Editor – in – Chief:
Radu-Emil Precup

Honorary Co-Editors-in-Chief:
Horia-Nicolai Teodorescu
Gheorghe Stefan

Secretariate (office):
Adriana Apostol
Adress for correspondence: romjist@nano-link.net (after 1st of January, 2019)

Founding Editor-in-Chief
(until 10th of February, 2021):
Dan Dascalu

Editing of the printed version: Mihaela Marian (Publishing House of the Romanian Academy, Bucharest)

Technical editor
of the on-line version:
Lucian Milea (University POLITEHNICA of Bucharest)

Sponsor:
• National Institute for R & D
in Microtechnologies
(IMT Bucharest), www.imt.ro

ROMJIST Volume 23, No. 3, 2020, pp. 250-261
 

Naveen Bindra
Evaluating the Impact of Feature Selection Methods on the Performance of the Machine Learning Models in Detecting DDoS Attacks

ABSTRACT: Heaps of Data lie in network equipment of the organizations. To break down this information and reach some significant inferences is inconceivable for the present day IDS (Intrusion Detection System).
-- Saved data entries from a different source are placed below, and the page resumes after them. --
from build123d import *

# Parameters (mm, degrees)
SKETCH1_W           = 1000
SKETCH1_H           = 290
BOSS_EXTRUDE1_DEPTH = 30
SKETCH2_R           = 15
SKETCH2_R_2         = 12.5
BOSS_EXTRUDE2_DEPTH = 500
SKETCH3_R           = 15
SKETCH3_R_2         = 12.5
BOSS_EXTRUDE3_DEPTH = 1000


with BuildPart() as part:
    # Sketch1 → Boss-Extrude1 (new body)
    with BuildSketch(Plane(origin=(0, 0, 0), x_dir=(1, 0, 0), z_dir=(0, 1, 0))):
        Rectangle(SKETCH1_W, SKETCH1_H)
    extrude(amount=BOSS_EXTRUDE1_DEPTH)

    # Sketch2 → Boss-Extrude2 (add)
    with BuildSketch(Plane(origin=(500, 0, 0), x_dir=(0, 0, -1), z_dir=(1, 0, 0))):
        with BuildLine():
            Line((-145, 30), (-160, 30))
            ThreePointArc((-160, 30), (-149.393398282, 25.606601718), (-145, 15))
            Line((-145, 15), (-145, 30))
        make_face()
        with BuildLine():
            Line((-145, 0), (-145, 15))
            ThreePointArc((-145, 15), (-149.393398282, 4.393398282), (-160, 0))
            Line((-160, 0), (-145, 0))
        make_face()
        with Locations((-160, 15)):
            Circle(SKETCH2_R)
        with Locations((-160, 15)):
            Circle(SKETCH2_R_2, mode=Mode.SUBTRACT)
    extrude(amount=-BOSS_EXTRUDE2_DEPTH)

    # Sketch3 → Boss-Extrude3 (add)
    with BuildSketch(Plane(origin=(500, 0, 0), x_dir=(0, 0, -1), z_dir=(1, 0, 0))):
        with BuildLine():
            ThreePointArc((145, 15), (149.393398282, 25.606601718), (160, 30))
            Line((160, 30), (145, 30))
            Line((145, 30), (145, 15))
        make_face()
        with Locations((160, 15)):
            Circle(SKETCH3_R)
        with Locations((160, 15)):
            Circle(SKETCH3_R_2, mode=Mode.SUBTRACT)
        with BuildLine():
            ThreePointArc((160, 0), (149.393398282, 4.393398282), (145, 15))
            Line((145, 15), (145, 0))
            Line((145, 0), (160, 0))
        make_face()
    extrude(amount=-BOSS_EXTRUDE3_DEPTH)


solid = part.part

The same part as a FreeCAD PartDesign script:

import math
import FreeCAD as App
import Part
import Sketcher
from FreeCAD import Vector

doc = App.newDocument("Part")
body = doc.addObject("PartDesign::Body", "Body")

# Sketch on XZ plane
sketch1 = body.newObject("Sketcher::SketchObject", "Sketch")
sketch1.AttachmentSupport = (doc.getObject("XZ_Plane"), [""])
sketch1.MapMode = "FlatFace"
sketch1.addGeometry([
    Part.LineSegment(Vector(-500, -145, 0), Vector(-500, 145, 0)),
    Part.LineSegment(Vector(-500, 145, 0), Vector(500, 145, 0)),
    Part.LineSegment(Vector(500, 145, 0), Vector(500, -145, 0)),
    Part.LineSegment(Vector(500, -145, 0), Vector(-500, -145, 0)),
], False)
sketch1.addConstraint([
    Sketcher.Constraint("Coincident", 0, 2, 1, 1),
    Sketcher.Constraint("Coincident", 1, 2, 2, 1),
    Sketcher.Constraint("Coincident", 2, 2, 3, 1),
    Sketcher.Constraint("Coincident", 3, 2, 0, 1),
    Sketcher.Constraint("Vertical", 0),
    Sketcher.Constraint("Horizontal", 1),
    Sketcher.Constraint("Vertical", 2),
    Sketcher.Constraint("Horizontal", 3),
    Sketcher.Constraint("Symmetric", 0, 2, 2, 2, -1, 1),
    Sketcher.Constraint("DistanceX", 1, 1, 1, 2, 1000.0),
    Sketcher.Constraint("DistanceY", 0, 1, 0, 2, 290.0),
])
pad1 = body.newObject("PartDesign::Pad", "Pad")
pad1.Profile = sketch1
pad1.Length = 30
pad1.Reversed = True

# Sketch on YZ plane
sketch2 = body.newObject("Sketcher::SketchObject", "Sketch001")
sketch2.AttachmentSupport = (doc.getObject("YZ_Plane"), [""])
sketch2.MapMode = "FlatFace"
sketch2.AttachmentOffset = App.Placement(Vector(0, 0, 500), App.Rotation())
sketch2.addGeometry([
    Part.LineSegment(Vector(30, 145, 0), Vector(30, 160, 0)),  # 0
    Part.ArcOfCircle(Part.Circle(Vector(15, 160, 0), Vector(0, 0, 1), 15), math.radians(0), math.radians(180)),  # 1
    Part.LineSegment(Vector(0, 160, 0), Vector(0, 145, 0)),  # 2
    Part.LineSegment(Vector(0, 145, 0), Vector(30, 145, 0)),  # 3
    Part.Circle(Vector(15, 160, 0), Vector(0, 0, 1), 12),  # 4
], False)
sketch2.addConstraint([
    Sketcher.Constraint("Tangent", 0, 2, 1, 1),
    Sketcher.Constraint("Tangent", 1, 2, 2, 1),
    Sketcher.Constraint("Coincident", 2, 2, 3, 1),
    Sketcher.Constraint("Coincident", 3, 2, 0, 1),
    Sketcher.Constraint("Vertical", 0),
    Sketcher.Constraint("Vertical", 2),
    Sketcher.Constraint("Horizontal", 3),
    Sketcher.Constraint("Coincident", 4, 3, 1, 3),
    Sketcher.Constraint("PointOnObject", 1, 2, -2),
    Sketcher.Constraint("Diameter", 4, 25.0),
    Sketcher.Constraint("Radius", 1, 15.0),
    Sketcher.Constraint("DistanceY", 0, 1, 0, 2, 15.0),
    Sketcher.Constraint("DistanceY", -1, 1, 1, 3, 160.0),
])
pad2 = body.newObject("PartDesign::Pad", "Pad001")
pad2.Profile = sketch2
pad2.Length = 500
pad2.Reversed = True

# Sketch on YZ plane
sketch3 = body.newObject("Sketcher::SketchObject", "Sketch002")
sketch3.AttachmentSupport = (doc.getObject("YZ_Plane"), [""])
sketch3.MapMode = "FlatFace"
sketch3.AttachmentOffset = App.Placement(Vector(0, 0, 500), App.Rotation())
sketch3.addGeometry([
    Part.LineSegment(Vector(30, -160, 0), Vector(30, -145, 0)),  # 0
    Part.LineSegment(Vector(30, -145, 0), Vector(0, -145, 0)),  # 1
    Part.LineSegment(Vector(0, -145, 0), Vector(0, -160, 0)),  # 2
    Part.ArcOfCircle(Part.Circle(Vector(15, -160, 0), Vector(0, 0, 1), 15), math.radians(180), math.radians(360)),  # 3
    Part.Circle(Vector(15, -160, 0), Vector(0, 0, 1), 12),  # 4
], False)
sketch3.addConstraint([
    Sketcher.Constraint("Coincident", 0, 2, 1, 1),
    Sketcher.Constraint("Coincident", 1, 2, 2, 1),
    Sketcher.Constraint("Tangent", 2, 2, 3, 1),
    Sketcher.Constraint("Tangent", 3, 2, 0, 1),
    Sketcher.Constraint("Vertical", 0),
    Sketcher.Constraint("Horizontal", 1),
    Sketcher.Constraint("Vertical", 2),
    Sketcher.Constraint("Coincident", 4, 3, 3, 3),
    Sketcher.Constraint("PointOnObject", 1, 2, -2),
    Sketcher.Constraint("Diameter", 4, 25.0),
    Sketcher.Constraint("Radius", 3, 15.0),
    Sketcher.Constraint("DistanceY", 0, 1, 0, 2, 15.0),
    Sketcher.Constraint("DistanceY", 3, 3, -1, 1, 160.0),
])
pad3 = body.newObject("PartDesign::Pad", "Pad002")
pad3.Profile = sketch3
pad3.Length = 1000
pad3.Reversed = True

doc.recompute()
Moreover, their signature-based defense mechanisms are ineffective in tackling emerging threats like DDoS attacks. The central premise of building Machine Learning Classifiers is to detect DDoS attacks efficiently and effectively. However, their accomplishment of machine learning models to distinguish DDoS attacks relies upon how one picks the ‘relevant’ and ’minimal’ attributes in the network streams. The questions: ”Does features choice influence the classification precision, to what extent and what is the best feature selection for boosting the performance of Machine Learning Classifiers in detecting DDoS attacks” motivate this investigation. This paper presents how to apply ML techniques in detecting DDoS attacks. There are three feature selection categories and our work demonstrates the application of the feature selection methods, one each from the three categories. In addition, five machine learning models have been utilized in our work. Random Forest classifier with Lasso-RFE, a feature selection strategy beat others. The other significance of this research paper, we believe, is a first of its kind scenario, where a real-life multidimensional dataset having diverse network traffic and recent DDoS attacks have been used unlike in most of the studies carried out to date.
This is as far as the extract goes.